The feeling crosses over into many of the dramatic feature films. A shining example is Under the Surface -- A Journey Up São Francisco River (Espelho D'Água -- Uma Viagem no Rio São Francisco). This film is the allegorical tale of Celeste (Regina Dourado), who leaves Rio to find her boyfriend Henrique (Fabio Assunção), an adventure-seeking photographer in Brazil's Sao Francisco River Valley.
As action-packed and prone to divine acts of intervention as a Bollywood spectacle, Under the Surface in each scene is heavily sculpted with archetypes of wise old river dwellers, good-hearted Santería practitioners, a strapping hero who is wily, honest, and hard to catch.
Under the Surface makes for easy watching, up to a point. The story is florid with mystical intrigue and the characters are, indeed, likable. Unfortunately the film is mired in successive vignettes that each offers its own moral lesson. The result, as with much of the dramatic works at this year's festival, is that Under the Surface is sunk by its own overbearing social doctrine, which is presented in a gloriously manicured and heroic light. The allegory falls just a tad short in its righteousness of the 1964 Marxist ballbuster, I Am Cuba.
Some would say that the bleeding-heart liberality is borne from the Brazilian concept of saudade, the darkly sweet pleasure of melancholy. Perhaps that's true, but aside from the comedies, no drama displays a cynical eye or ironic humor as in the classic film Bye Bye Brazil(screening Thursday, June 10, as part of the festival's José Wilker retrospective).

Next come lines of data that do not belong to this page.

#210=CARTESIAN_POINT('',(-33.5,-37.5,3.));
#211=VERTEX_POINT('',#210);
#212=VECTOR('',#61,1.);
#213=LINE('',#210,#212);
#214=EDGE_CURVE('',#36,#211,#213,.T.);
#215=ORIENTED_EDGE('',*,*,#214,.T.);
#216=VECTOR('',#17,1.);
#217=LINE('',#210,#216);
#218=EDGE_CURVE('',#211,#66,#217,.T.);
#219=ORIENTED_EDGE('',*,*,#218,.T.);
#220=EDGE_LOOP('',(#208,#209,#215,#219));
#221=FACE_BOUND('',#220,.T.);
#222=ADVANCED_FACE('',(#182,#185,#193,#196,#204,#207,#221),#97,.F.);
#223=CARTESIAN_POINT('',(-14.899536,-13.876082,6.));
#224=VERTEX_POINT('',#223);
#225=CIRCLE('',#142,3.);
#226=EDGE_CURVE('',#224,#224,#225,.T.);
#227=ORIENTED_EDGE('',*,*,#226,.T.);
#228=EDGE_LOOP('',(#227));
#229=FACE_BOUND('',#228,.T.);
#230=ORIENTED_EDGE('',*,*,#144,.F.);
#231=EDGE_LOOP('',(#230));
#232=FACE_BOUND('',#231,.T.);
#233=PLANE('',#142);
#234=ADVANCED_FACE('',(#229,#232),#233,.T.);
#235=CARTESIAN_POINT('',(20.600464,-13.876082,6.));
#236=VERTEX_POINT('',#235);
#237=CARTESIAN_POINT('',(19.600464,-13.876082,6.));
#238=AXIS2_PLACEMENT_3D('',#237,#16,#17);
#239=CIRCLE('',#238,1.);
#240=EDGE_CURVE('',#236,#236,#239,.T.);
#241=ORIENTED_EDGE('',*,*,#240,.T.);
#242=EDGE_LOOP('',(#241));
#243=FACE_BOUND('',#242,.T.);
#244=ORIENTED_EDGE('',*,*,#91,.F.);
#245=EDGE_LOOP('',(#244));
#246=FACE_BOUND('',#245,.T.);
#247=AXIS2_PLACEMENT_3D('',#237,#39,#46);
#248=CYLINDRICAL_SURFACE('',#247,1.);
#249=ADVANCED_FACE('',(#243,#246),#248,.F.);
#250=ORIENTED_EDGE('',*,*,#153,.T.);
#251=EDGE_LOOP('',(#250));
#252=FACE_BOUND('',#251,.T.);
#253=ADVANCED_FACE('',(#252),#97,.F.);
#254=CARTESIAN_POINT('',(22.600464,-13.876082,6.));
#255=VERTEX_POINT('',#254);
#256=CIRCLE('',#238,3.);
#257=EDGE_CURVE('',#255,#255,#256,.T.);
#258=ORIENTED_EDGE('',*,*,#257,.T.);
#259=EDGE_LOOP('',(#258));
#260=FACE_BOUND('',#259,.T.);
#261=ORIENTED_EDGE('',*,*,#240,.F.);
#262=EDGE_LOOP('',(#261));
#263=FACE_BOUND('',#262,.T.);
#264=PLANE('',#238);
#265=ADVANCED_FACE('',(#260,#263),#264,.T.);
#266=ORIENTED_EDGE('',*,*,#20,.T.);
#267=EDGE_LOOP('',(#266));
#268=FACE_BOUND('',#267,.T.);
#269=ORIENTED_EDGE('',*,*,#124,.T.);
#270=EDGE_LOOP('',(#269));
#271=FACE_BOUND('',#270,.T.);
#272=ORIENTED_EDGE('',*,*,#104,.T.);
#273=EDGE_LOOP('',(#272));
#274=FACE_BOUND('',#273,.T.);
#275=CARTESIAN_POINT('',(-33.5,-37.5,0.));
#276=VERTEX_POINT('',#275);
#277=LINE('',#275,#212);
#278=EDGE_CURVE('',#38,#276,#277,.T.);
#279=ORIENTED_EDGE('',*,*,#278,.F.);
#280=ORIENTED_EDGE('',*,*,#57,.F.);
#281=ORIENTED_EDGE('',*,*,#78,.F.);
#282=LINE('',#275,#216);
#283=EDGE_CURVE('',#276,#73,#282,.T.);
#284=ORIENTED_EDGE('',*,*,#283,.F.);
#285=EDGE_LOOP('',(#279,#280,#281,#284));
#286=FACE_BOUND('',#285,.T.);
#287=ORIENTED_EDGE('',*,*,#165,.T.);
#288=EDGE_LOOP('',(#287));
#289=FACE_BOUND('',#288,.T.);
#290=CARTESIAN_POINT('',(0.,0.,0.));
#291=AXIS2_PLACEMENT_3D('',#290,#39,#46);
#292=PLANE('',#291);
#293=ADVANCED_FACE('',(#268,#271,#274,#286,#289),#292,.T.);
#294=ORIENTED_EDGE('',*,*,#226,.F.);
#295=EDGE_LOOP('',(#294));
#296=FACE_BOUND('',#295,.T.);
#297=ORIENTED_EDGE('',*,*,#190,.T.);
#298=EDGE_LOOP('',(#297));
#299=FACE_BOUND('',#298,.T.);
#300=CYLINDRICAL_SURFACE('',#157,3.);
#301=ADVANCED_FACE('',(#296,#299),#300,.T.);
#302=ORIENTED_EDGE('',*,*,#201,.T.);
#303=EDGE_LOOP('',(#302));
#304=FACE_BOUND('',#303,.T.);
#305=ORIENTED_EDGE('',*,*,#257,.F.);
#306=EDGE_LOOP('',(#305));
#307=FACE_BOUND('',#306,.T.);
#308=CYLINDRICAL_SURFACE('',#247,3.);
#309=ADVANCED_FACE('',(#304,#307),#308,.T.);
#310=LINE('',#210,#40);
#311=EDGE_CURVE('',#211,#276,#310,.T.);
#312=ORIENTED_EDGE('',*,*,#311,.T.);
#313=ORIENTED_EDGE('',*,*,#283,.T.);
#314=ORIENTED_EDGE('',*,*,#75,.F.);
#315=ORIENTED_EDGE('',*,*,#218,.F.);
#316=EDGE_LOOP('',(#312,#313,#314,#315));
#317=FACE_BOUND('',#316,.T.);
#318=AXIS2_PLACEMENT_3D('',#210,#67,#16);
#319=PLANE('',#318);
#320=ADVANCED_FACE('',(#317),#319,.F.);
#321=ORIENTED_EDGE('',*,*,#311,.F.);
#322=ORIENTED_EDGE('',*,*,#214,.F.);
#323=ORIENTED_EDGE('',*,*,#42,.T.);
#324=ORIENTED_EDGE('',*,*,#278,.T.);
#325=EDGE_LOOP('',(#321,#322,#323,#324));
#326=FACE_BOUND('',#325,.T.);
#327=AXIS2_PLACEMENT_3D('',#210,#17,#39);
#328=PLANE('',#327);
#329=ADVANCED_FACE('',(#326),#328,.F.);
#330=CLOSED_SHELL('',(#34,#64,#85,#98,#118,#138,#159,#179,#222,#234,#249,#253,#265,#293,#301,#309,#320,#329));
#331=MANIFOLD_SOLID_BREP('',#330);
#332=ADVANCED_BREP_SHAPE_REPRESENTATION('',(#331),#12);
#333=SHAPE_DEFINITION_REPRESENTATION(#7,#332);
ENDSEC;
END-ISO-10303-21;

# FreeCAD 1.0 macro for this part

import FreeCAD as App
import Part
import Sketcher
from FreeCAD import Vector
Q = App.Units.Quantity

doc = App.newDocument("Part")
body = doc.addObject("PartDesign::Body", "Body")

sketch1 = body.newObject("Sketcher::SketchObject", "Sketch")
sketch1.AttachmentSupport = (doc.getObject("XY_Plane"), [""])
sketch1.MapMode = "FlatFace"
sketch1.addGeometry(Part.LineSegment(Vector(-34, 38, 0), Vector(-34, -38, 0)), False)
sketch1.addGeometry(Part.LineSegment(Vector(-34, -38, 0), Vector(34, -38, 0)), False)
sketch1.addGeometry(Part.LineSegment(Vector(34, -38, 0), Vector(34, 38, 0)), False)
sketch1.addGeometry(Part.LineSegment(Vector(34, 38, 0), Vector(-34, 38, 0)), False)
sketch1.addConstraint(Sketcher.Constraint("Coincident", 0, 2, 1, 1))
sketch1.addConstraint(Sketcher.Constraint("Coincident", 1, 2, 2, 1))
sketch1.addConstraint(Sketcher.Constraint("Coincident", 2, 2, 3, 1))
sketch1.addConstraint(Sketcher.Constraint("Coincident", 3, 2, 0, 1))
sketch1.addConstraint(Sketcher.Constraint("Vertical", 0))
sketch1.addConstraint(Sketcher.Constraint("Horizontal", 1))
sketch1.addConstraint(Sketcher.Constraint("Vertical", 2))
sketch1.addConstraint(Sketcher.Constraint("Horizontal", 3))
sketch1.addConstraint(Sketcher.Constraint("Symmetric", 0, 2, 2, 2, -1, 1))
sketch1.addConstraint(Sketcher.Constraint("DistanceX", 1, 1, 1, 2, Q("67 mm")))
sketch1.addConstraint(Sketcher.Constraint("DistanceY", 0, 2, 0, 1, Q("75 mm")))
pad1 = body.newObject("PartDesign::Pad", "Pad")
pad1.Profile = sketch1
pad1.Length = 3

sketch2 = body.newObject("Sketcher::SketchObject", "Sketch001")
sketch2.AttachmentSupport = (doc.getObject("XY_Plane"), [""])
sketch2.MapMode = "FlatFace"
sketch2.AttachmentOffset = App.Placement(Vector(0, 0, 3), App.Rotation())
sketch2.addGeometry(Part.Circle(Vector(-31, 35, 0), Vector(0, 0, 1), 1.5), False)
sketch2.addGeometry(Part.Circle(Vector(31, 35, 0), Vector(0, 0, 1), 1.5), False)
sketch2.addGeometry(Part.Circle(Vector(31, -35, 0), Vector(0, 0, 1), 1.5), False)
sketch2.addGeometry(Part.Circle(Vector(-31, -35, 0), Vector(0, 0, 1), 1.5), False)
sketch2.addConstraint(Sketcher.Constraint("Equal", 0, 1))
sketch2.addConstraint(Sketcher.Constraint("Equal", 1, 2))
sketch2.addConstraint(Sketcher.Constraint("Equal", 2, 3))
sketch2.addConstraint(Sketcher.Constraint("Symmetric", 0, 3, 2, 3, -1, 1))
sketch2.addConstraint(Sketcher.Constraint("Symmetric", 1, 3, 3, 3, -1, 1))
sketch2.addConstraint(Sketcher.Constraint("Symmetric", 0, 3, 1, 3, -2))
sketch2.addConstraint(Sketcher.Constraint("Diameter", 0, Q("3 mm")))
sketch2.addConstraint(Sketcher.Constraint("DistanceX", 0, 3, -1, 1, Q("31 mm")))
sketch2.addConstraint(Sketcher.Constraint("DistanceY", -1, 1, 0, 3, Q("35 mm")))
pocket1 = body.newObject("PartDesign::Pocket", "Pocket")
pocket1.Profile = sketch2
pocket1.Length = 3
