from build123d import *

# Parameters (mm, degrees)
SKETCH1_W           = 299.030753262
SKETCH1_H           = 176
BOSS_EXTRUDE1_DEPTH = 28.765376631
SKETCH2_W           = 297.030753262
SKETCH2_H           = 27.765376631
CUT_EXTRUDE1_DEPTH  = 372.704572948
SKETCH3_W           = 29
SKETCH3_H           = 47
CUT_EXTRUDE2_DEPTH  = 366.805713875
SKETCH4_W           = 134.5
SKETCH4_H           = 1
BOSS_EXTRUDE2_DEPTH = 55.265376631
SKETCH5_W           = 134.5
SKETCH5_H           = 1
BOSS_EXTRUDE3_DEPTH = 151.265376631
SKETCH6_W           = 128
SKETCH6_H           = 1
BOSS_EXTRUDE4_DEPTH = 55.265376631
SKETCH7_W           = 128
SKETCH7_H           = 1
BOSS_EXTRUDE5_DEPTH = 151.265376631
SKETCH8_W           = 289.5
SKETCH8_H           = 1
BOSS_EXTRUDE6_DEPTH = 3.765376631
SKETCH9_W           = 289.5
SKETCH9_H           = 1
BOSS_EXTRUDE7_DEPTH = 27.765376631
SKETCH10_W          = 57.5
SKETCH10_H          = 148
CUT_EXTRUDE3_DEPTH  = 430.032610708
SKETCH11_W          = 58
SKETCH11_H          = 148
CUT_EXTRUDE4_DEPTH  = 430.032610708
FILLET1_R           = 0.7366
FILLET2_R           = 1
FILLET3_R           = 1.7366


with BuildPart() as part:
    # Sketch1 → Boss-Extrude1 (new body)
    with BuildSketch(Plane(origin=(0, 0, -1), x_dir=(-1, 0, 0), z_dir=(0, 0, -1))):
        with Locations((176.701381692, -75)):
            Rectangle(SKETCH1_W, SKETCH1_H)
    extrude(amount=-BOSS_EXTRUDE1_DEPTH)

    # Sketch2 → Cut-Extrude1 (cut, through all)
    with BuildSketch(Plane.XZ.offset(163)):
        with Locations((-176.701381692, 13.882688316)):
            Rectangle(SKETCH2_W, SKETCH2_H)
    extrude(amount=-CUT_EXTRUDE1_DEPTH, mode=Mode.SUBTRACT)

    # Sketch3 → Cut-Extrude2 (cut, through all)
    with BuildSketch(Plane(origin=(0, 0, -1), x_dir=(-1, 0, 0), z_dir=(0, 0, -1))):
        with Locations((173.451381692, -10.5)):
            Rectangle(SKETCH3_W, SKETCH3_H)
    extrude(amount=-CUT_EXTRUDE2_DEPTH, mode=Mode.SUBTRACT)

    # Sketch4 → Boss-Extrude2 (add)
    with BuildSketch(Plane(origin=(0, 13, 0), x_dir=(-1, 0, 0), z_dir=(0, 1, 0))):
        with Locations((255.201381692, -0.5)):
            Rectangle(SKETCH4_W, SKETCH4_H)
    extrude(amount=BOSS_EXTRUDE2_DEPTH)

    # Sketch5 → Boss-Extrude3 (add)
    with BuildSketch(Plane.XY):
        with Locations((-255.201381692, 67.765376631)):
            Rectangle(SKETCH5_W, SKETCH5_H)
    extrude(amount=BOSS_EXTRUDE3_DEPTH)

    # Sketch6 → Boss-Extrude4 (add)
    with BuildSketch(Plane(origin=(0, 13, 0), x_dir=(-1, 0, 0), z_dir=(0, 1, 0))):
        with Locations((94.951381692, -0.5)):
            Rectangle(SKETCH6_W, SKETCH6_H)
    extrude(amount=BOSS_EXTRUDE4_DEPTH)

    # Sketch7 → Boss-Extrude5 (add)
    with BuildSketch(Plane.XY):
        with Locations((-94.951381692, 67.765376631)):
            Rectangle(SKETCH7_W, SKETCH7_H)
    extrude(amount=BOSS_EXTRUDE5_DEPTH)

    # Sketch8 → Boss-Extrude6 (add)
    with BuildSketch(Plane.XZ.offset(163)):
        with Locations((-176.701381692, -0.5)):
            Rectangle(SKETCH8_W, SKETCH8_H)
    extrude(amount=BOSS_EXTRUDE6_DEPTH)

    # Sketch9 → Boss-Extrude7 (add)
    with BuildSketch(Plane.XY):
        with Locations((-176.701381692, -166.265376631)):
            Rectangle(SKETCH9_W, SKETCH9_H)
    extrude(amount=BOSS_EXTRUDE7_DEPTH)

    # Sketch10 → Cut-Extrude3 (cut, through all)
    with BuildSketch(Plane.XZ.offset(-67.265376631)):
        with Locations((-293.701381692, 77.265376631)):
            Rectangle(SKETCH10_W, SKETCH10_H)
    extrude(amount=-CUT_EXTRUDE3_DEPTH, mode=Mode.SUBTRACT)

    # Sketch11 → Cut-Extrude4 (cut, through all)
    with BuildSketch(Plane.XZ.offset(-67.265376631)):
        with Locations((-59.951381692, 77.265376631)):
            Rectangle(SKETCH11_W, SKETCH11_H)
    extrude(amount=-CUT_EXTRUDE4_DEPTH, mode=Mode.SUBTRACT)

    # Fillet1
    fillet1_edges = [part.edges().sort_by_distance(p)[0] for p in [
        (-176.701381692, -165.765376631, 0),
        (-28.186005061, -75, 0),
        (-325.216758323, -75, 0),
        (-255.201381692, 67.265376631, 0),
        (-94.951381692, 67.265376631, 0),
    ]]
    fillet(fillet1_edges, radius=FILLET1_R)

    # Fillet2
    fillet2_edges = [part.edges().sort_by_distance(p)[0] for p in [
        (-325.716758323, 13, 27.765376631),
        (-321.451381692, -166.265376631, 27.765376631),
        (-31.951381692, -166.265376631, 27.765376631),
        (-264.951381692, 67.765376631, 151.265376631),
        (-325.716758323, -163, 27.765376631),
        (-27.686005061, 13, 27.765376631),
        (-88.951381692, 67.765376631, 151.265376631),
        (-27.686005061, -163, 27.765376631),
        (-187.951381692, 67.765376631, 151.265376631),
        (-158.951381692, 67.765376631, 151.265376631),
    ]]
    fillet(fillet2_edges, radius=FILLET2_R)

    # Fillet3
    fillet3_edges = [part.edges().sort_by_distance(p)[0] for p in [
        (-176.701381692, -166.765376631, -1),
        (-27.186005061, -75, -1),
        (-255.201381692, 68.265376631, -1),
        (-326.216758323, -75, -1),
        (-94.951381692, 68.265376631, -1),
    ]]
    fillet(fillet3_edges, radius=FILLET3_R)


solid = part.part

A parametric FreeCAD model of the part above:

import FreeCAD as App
import Part
import Sketcher
from FreeCAD import Vector
Q = App.Units.Quantity


def edges_at(feature, points):
    """Names of the edges that pass closest to the given points."""
    edges = feature.Shape.Edges
    near = lambda p: min(range(len(edges)), key=lambda i: edges[i].distToShape(Part.Vertex(*p))[0])
    return sorted({f"Edge{near(p) + 1}" for p in points})


def add_polygon(sketch, points):
    """Adds a closed chain of lines whose ends are joined by coincident constraints."""
    first, n = sketch.GeometryCount, len(points)
    for a, b in zip(points, points[1:] + points[:1]):
        sketch.addGeometry(Part.LineSegment(App.Vector(*a, 0), App.Vector(*b, 0)), False)
    for i in range(n):
        sketch.addConstraint(Sketcher.Constraint("Coincident", first + i, 2, first + (i + 1) % n, 1))

doc = App.newDocument("Part")
body = doc.addObject("PartDesign::Body", "Body")

sketch1 = body.newObject("Sketcher::SketchObject", "Sketch")
sketch1.AttachmentSupport = (doc.getObject("XY_Plane"), [""])
sketch1.MapMode = "FlatFace"
sketch1.AttachmentOffset = App.Placement(Vector(0, 0, -1), App.Rotation())
add_polygon(sketch1, [(-27, 13), (-27, -163), (-326, -163), (-326, 13)])
sketch1.addConstraint([
    Sketcher.Constraint("Vertical", 0),
    Sketcher.Constraint("Horizontal", 1),
    Sketcher.Constraint("Vertical", 2),
    Sketcher.Constraint("Horizontal", 3),
    Sketcher.Constraint("DistanceY", 0, 2, 0, 1, Q("176 mm")),
    Sketcher.Constraint("DistanceY", 0, 2, -1, 1, Q("163 mm")),
    Sketcher.Constraint("DistanceX", 1, 2, 1, 1, Q("299.030753 mm")),
    Sketcher.Constraint("DistanceX", 1, 2, -1, 1, Q("326.216758 mm")),
])
pad1 = body.newObject("PartDesign::Pad", "Pad")
pad1.Profile = sketch1
pad1.Length = 28.765377

sketch2 = body.newObject("Sketcher::SketchObject", "Sketch001")
sketch2.AttachmentSupport = (doc.getObject("XZ_Plane"), [""])
sketch2.MapMode = "FlatFace"
sketch2.AttachmentOffset = App.Placement(Vector(0, 0, 163), App.Rotation())
add_polygon(sketch2, [(-325, 28), (-325, 0), (-28, 0), (-28, 28)])
sketch2.addConstraint([
    Sketcher.Constraint("Vertical", 0),
    Sketcher.Constraint("Horizontal", 1),
    Sketcher.Constraint("Vertical", 2),
    Sketcher.Constraint("Horizontal", 3),
    Sketcher.Constraint("PointOnObject", 0, 2, -1),
    Sketcher.Constraint("DistanceX", 1, 1, 1, 2, Q("297.030753 mm")),
    Sketcher.Constraint("DistanceY", 0, 2, 0, 1, Q("27.765377 mm")),
    Sketcher.Constraint("DistanceX", 0, 2, -1, 1, Q("325.216758 mm")),
])
pocket1 = body.newObject("PartDesign::Pocket", "Pocket")
pocket1.Profile = sketch2
pocket1.Type = "ThroughAll"

sketch3 = body.newObject("Sketcher::SketchObject", "Sketch002")
sketch3.AttachmentSupport = (doc.getObject("XY_Plane"), [""])
sketch3.MapMode = "FlatFace"
sketch3.AttachmentOffset = App.Placement(Vector(0, 0, -1), App.Rotation())
add_polygon(sketch3, [(-159, 13), (-159, -34), (-188, -34), (-188, 13)])
sketch3.addConstraint([
    Sketcher.Constraint("Vertical", 0),
    Sketcher.Constraint("Horizontal", 1),
    Sketcher.Constraint("Vertical", 2),
    Sketcher.Constraint("Horizontal", 3),
    Sketcher.Constraint("DistanceX", 1, 2, 1, 1, Q("29 mm")),
    Sketcher.Constraint("DistanceY", 0, 2, 0, 1, Q("47 mm")),
    Sketcher.Constraint("DistanceY", 0, 2, -1, 1, Q("34 mm")),
    Sketcher.Constraint("DistanceX", 0, 2, -1, 1, Q("158.951382 mm")),
])
pocket2 = body.newObject("PartDesign::Pocket", "Pocket001")
pocket2.Profile = sketch3
pocket2.Type = "ThroughAll"
pocket2.Reversed = True

sketch4 = body.newObject("Sketcher::SketchObject", "Sketch003")
sketch4.AttachmentSupport = (doc.getObject("XZ_Plane"), [""])
sketch4.MapMode = "FlatFace"
sketch4.AttachmentOffset = App.Placement(Vector(0, 0, -13), App.Rotation())
add_polygon(sketch4, [(-188, 0), (-188, -1), (-322.5, -1), (-322.5, 0)])
sketch4.addConstraint([
    Sketcher.Constraint("Vertical", 0),
    Sketcher.Constraint("Horizontal", 1),
    Sketcher.Constraint("Vertical", 2),
    Sketcher.Constraint("Horizontal", 3),
    Sketcher.Constraint("PointOnObject", 2, 2, -1),
    Sketcher.Constraint("DistanceY", 0, 2, 0, 1, Q("1 mm")),
    Sketcher.Constraint("DistanceX", 1, 2, 1, 1, Q("134.5 mm")),
    Sketcher.Constraint("DistanceX", 0, 2, -1, 1, Q("187.951382 mm")),
])
pad2 = body.newObject("PartDesign::Pad", "Pad001")
pad2.Profile = sketch4
pad2.Length = 55.265377
pad2.Reversed = True

sketch5 = body.newObject("Sketcher::SketchObject", "Sketch004")
sketch5.AttachmentSupport = (doc.getObject("XY_Plane"), [""])
sketch5.MapMode = "FlatFace"
add_polygon(sketch5, [(-322.5, 68.3), (-322.5, 67.3), (-188, 67.3), (-188, 68.3)])
sketch5.addConstraint([
    Sketcher.Constraint("Vertical", 0),
    Sketcher.Constraint("Horizontal", 1),
    Sketcher.Constraint("Vertical", 2),
    Sketcher.Constraint("Horizontal", 3),
    Sketcher.Constraint("DistanceY", 0, 2, 0, 1, Q("1 mm")),
    Sketcher.Constraint("DistanceX", 1, 1, 1, 2, Q("134.5 mm")),
    Sketcher.Constraint("DistanceX", 0, 2, -1, 1, Q("322.451382 mm")),
    Sketcher.Constraint("DistanceY", -1, 1, 0, 2, Q("67.265377 mm")),
])
pad3 = body.newObject("PartDesign::Pad", "Pad002")
pad3.Profile = sketch5
pad3.Length = 151.265377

Garrincha, Lonely Star (Garrincha -- Estrela Solitária), a biopic about fallen soccer hero Garrincha, would be an attractive sports tale were it not weighed down by saudadeand hero worship. The magnetic Taís Araújo lifts the film off the ground as the femme fatale Elza Soares, but otherwise Garrincha languishes in sentimentality. Passing By(De Passagem), the tale of three young men who grew up in the slums of São Paolo, also falls victim to sentimental suffering.
Only the comedies So Normal(Os Normais) and Sex, Love, and Betrayal(Sexo, Amor e Traição) manage to break the cycle of heavy-handed morality and heartache.